*** Data for this exercise ***

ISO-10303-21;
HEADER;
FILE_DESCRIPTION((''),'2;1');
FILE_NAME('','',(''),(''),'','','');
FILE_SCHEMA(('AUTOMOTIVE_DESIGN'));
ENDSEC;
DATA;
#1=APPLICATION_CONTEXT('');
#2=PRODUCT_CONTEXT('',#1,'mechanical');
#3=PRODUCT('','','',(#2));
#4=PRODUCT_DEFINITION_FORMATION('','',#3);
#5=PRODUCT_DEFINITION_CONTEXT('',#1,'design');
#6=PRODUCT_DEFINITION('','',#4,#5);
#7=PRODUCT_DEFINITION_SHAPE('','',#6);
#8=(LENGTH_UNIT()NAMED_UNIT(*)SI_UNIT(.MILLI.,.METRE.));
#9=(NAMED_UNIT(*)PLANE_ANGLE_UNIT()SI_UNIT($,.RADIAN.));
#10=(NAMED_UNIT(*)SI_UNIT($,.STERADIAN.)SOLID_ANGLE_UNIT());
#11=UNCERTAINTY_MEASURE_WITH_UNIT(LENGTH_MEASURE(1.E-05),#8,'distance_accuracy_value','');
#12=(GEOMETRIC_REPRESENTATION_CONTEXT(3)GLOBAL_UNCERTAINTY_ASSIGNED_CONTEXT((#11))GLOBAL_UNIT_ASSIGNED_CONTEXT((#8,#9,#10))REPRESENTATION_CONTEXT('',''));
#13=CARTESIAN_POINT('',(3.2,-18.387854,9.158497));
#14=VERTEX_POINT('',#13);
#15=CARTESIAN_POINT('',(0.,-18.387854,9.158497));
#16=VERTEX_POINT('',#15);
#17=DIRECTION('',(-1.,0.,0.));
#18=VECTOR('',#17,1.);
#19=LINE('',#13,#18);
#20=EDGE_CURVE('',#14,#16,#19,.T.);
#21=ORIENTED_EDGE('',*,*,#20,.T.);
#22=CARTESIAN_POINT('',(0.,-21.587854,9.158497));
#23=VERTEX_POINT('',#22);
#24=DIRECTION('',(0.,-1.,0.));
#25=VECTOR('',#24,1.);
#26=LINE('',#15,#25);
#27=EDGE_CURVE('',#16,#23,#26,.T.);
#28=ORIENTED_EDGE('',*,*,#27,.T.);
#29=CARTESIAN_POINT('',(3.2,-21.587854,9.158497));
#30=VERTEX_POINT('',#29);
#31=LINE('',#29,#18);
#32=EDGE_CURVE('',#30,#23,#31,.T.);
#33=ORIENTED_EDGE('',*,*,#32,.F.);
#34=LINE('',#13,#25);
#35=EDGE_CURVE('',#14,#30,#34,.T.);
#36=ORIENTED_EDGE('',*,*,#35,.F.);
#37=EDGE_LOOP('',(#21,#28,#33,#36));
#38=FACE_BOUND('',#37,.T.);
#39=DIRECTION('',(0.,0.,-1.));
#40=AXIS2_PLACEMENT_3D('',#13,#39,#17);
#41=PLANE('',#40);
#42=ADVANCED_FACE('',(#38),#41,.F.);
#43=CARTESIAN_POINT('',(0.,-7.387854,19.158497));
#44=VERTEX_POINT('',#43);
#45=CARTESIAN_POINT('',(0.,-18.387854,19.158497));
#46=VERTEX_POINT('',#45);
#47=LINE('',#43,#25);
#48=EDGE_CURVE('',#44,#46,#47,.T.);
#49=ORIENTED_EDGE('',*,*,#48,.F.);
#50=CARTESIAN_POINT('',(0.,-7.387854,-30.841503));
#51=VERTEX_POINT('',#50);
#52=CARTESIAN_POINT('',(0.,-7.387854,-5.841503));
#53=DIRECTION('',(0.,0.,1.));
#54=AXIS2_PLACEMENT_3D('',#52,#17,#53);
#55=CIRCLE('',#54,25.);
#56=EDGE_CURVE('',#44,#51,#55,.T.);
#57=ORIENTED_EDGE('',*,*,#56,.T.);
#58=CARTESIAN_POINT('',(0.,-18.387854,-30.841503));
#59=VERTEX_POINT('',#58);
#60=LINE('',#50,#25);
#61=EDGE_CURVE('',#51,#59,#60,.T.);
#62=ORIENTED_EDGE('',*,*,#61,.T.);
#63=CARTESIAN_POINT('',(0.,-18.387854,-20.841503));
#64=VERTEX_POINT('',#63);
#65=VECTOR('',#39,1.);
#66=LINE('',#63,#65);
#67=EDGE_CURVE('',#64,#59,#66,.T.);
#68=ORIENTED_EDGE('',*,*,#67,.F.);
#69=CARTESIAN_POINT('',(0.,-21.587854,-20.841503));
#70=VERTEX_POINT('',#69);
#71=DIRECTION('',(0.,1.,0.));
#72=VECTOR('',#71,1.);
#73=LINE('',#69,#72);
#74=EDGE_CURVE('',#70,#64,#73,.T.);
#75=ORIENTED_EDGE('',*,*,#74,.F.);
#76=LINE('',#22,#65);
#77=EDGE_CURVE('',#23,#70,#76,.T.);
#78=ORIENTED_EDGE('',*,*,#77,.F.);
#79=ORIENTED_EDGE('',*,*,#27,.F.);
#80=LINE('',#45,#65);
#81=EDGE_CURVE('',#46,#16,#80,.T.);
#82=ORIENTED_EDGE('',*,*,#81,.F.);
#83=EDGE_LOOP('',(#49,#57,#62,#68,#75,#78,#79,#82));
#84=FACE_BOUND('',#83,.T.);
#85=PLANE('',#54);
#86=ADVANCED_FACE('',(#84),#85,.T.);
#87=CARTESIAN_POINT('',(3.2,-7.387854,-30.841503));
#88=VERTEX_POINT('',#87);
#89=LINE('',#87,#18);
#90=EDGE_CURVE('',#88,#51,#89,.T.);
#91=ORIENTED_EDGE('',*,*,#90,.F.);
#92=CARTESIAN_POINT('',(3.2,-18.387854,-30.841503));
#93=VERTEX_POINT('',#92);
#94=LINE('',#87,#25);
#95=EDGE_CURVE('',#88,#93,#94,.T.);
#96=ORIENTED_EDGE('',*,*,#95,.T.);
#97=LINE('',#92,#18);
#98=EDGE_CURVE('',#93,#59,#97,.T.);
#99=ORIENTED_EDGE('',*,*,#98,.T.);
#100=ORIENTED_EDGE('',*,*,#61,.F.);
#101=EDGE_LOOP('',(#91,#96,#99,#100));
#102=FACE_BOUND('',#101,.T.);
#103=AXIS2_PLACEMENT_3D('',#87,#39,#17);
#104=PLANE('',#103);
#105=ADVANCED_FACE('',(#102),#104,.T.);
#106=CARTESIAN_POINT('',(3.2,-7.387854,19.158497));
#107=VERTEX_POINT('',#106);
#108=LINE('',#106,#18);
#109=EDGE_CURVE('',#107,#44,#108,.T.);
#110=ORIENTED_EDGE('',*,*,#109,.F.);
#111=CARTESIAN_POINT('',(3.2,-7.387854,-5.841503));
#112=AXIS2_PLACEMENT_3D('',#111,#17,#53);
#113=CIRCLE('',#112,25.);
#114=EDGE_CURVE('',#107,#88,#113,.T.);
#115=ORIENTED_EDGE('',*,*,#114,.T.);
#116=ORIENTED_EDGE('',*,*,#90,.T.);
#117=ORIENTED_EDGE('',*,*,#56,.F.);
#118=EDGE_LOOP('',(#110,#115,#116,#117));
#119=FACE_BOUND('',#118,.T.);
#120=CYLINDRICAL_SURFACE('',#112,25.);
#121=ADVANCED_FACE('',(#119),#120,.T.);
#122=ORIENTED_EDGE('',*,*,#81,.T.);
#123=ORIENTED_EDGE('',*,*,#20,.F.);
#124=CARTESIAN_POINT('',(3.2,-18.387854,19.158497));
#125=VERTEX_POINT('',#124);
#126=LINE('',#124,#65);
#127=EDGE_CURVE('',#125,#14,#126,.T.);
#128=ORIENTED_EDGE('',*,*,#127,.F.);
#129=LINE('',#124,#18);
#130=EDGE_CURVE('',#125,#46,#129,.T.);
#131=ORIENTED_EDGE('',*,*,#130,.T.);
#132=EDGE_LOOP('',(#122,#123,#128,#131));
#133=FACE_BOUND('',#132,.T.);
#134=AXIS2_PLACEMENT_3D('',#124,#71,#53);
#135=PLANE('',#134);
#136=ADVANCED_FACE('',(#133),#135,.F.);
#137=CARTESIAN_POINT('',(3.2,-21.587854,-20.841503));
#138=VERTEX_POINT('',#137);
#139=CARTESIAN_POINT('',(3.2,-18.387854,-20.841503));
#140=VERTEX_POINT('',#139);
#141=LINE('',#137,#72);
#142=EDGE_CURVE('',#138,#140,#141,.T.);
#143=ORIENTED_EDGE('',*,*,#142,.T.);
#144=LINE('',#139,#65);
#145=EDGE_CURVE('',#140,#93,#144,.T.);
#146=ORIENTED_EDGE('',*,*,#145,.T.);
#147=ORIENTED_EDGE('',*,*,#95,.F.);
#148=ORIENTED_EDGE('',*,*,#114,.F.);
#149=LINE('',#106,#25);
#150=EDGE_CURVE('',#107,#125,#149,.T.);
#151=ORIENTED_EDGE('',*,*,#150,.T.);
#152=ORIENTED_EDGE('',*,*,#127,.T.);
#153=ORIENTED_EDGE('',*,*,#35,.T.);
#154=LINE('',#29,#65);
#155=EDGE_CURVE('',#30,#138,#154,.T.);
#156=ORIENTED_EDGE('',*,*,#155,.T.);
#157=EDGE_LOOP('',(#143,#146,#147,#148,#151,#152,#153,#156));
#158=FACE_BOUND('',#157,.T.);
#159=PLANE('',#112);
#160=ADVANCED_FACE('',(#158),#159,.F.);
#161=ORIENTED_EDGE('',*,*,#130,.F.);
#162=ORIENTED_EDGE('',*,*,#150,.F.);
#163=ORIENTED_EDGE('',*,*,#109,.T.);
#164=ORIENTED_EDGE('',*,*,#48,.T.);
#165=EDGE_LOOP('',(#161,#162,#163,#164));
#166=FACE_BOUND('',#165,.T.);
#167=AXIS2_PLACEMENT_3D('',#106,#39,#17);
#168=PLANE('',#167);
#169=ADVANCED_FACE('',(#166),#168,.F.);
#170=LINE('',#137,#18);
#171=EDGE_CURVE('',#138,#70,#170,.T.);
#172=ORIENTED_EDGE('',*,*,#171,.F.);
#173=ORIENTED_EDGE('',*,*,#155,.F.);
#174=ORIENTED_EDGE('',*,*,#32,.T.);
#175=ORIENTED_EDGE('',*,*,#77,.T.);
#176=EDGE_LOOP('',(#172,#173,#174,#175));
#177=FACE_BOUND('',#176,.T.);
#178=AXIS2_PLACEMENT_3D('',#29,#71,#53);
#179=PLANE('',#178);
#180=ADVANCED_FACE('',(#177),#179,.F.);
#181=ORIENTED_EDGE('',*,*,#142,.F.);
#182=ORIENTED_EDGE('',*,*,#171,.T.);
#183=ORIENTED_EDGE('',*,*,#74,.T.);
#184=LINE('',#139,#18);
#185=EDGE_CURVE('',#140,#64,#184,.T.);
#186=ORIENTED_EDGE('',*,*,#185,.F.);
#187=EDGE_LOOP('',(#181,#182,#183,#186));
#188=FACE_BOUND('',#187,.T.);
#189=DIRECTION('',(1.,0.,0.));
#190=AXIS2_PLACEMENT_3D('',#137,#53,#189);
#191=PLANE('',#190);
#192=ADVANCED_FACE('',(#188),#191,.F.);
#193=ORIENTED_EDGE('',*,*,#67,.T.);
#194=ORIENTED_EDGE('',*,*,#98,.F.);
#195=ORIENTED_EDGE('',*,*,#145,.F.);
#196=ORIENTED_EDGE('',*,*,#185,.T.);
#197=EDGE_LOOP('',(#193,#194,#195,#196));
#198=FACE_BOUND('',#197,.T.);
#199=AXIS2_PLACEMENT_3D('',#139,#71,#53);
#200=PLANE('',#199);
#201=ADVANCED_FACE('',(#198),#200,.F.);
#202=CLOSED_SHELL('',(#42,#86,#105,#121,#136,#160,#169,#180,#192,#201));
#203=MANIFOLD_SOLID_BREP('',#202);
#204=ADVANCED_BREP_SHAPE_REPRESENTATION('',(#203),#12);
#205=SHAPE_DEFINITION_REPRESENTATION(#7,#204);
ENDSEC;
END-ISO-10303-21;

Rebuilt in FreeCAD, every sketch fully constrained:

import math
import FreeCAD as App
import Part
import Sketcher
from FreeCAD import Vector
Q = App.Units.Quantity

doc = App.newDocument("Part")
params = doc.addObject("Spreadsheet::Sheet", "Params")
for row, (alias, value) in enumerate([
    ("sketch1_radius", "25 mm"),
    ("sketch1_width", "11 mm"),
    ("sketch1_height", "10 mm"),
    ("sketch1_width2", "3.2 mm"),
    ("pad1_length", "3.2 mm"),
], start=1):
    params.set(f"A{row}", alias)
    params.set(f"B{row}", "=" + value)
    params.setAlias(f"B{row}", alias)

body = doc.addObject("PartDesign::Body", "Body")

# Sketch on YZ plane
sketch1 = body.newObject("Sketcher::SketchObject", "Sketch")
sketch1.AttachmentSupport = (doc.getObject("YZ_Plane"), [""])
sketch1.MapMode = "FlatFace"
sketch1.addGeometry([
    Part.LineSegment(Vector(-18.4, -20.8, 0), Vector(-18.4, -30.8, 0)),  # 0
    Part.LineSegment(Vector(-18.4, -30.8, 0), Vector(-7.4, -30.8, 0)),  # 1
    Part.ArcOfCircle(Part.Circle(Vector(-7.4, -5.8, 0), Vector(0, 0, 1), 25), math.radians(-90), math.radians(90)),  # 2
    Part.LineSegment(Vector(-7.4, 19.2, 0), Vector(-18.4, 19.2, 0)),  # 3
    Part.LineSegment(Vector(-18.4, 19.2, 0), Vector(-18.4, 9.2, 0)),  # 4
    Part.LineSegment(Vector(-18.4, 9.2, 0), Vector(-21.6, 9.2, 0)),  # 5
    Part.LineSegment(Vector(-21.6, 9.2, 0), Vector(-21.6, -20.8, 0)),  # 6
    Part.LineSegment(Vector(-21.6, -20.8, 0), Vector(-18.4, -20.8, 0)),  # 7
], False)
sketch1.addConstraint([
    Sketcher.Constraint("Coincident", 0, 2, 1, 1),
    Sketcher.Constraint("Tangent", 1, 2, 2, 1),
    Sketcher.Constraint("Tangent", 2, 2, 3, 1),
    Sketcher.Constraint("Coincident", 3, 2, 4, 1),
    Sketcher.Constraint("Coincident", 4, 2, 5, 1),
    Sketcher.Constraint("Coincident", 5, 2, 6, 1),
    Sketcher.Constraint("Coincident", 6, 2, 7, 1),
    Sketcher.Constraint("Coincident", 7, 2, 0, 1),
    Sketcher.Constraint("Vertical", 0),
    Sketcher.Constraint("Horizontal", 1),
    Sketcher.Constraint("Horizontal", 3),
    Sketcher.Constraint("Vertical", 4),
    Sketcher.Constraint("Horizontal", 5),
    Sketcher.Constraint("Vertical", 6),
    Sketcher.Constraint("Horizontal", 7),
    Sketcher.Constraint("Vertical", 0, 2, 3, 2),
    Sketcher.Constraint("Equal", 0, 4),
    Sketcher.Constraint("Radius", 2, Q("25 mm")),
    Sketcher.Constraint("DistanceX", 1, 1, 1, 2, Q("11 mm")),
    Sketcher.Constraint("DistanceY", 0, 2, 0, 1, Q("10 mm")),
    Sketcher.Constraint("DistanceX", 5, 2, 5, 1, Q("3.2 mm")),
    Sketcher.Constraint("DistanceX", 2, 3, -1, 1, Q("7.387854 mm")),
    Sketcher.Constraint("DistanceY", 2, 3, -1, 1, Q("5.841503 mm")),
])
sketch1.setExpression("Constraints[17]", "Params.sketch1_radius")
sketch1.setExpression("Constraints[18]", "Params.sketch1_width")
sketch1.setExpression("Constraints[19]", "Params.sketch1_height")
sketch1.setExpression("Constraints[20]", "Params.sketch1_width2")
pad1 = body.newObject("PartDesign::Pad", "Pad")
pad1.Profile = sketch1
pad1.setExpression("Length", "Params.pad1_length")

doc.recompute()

***

> _Work to be completed_:
Retype only the lines above between the line with "#136=ADVANCED_FACE('',(#133),#135,.F.);" and the line with "#196=ORIENTED_EDGE('',*,*,#185,.T.);", counting those two lines as well, and keep every character as it is.

> _Solution for this task_:
#136=ADVANCED_FACE('',(#133),#135,.F.);
#137=CARTESIAN_POINT('',(3.2,-21.587854,-20.841503));
#138=VERTEX_POINT('',#137);
#139=CARTESIAN_POINT('',(3.2,-18.387854,-20.841503));
#140=VERTEX_POINT('',#139);
#141=LINE('',#137,#72);
#142=EDGE_CURVE('',#138,#140,#141,.T.);
#143=ORIENTED_EDGE('',*,*,#142,.T.);
#144=LINE('',#139,#65);
#145=EDGE_CURVE('',#140,#93,#144,.T.);
#146=ORIENTED_EDGE('',*,*,#145,.T.);
#147=ORIENTED_EDGE('',*,*,#95,.F.);
#148=ORIENTED_EDGE('',*,*,#114,.F.);
#149=LINE('',#106,#25);
#150=EDGE_CURVE('',#107,#125,#149,.T.);
#151=ORIENTED_EDGE('',*,*,#150,.T.);
#152=ORIENTED_EDGE('',*,*,#127,.T.);
#153=ORIENTED_EDGE('',*,*,#35,.T.);
#154=LINE('',#29,#65);
#155=EDGE_CURVE('',#30,#138,#154,.T.);
#156=ORIENTED_EDGE('',*,*,#155,.T.);
#157=EDGE_LOOP('',(#143,#146,#147,#148,#151,#152,#153,#156));
#158=FACE_BOUND('',#157,.T.);
#159=PLANE('',#112);
#160=ADVANCED_FACE('',(#158),#159,.F.);
#161=ORIENTED_EDGE('',*,*,#130,.F.);
#162=ORIENTED_EDGE('',*,*,#150,.F.);
#163=ORIENTED_EDGE('',*,*,#109,.T.);
#164=ORIENTED_EDGE('',*,*,#48,.T.);
#165=EDGE_LOOP('',(#161,#162,#163,#164));
#166=FACE_BOUND('',#165,.T.);
#167=AXIS2_PLACEMENT_3D('',#106,#39,#17);
#168=PLANE('',#167);
#169=ADVANCED_FACE('',(#166),#168,.F.);
#170=LINE('',#137,#18);
#171=EDGE_CURVE('',#138,#70,#170,.T.);
#172=ORIENTED_EDGE('',*,*,#171,.F.);
#173=ORIENTED_EDGE('',*,*,#155,.F.);
#174=ORIENTED_EDGE('',*,*,#32,.T.);
#175=ORIENTED_EDGE('',*,*,#77,.T.);
#176=EDGE_LOOP('',(#172,#173,#174,#175));
#177=FACE_BOUND('',#176,.T.);
#178=AXIS2_PLACEMENT_3D('',#29,#71,#53);
#179=PLANE('',#178);
#180=ADVANCED_FACE('',(#177),#179,.F.);
#181=ORIENTED_EDGE('',*,*,#142,.F.);
#182=ORIENTED_EDGE('',*,*,#171,.T.);
#183=ORIENTED_EDGE('',*,*,#74,.T.);
#184=LINE('',#139,#18);
#185=EDGE_CURVE('',#140,#64,#184,.T.);
#186=ORIENTED_EDGE('',*,*,#185,.F.);
#187=EDGE_LOOP('',(#181,#182,#183,#186));
#188=FACE_BOUND('',#187,.T.);
#189=DIRECTION('',(1.,0.,0.));
#190=AXIS2_PLACEMENT_3D('',#137,#53,#189);
#191=PLANE('',#190);
#192=ADVANCED_FACE('',(#188),#191,.F.);
#193=ORIENTED_EDGE('',*,*,#67,.T.);
#194=ORIENTED_EDGE('',*,*,#98,.F.);
#195=ORIENTED_EDGE('',*,*,#145,.F.);
#196=ORIENTED_EDGE('',*,*,#185,.T.);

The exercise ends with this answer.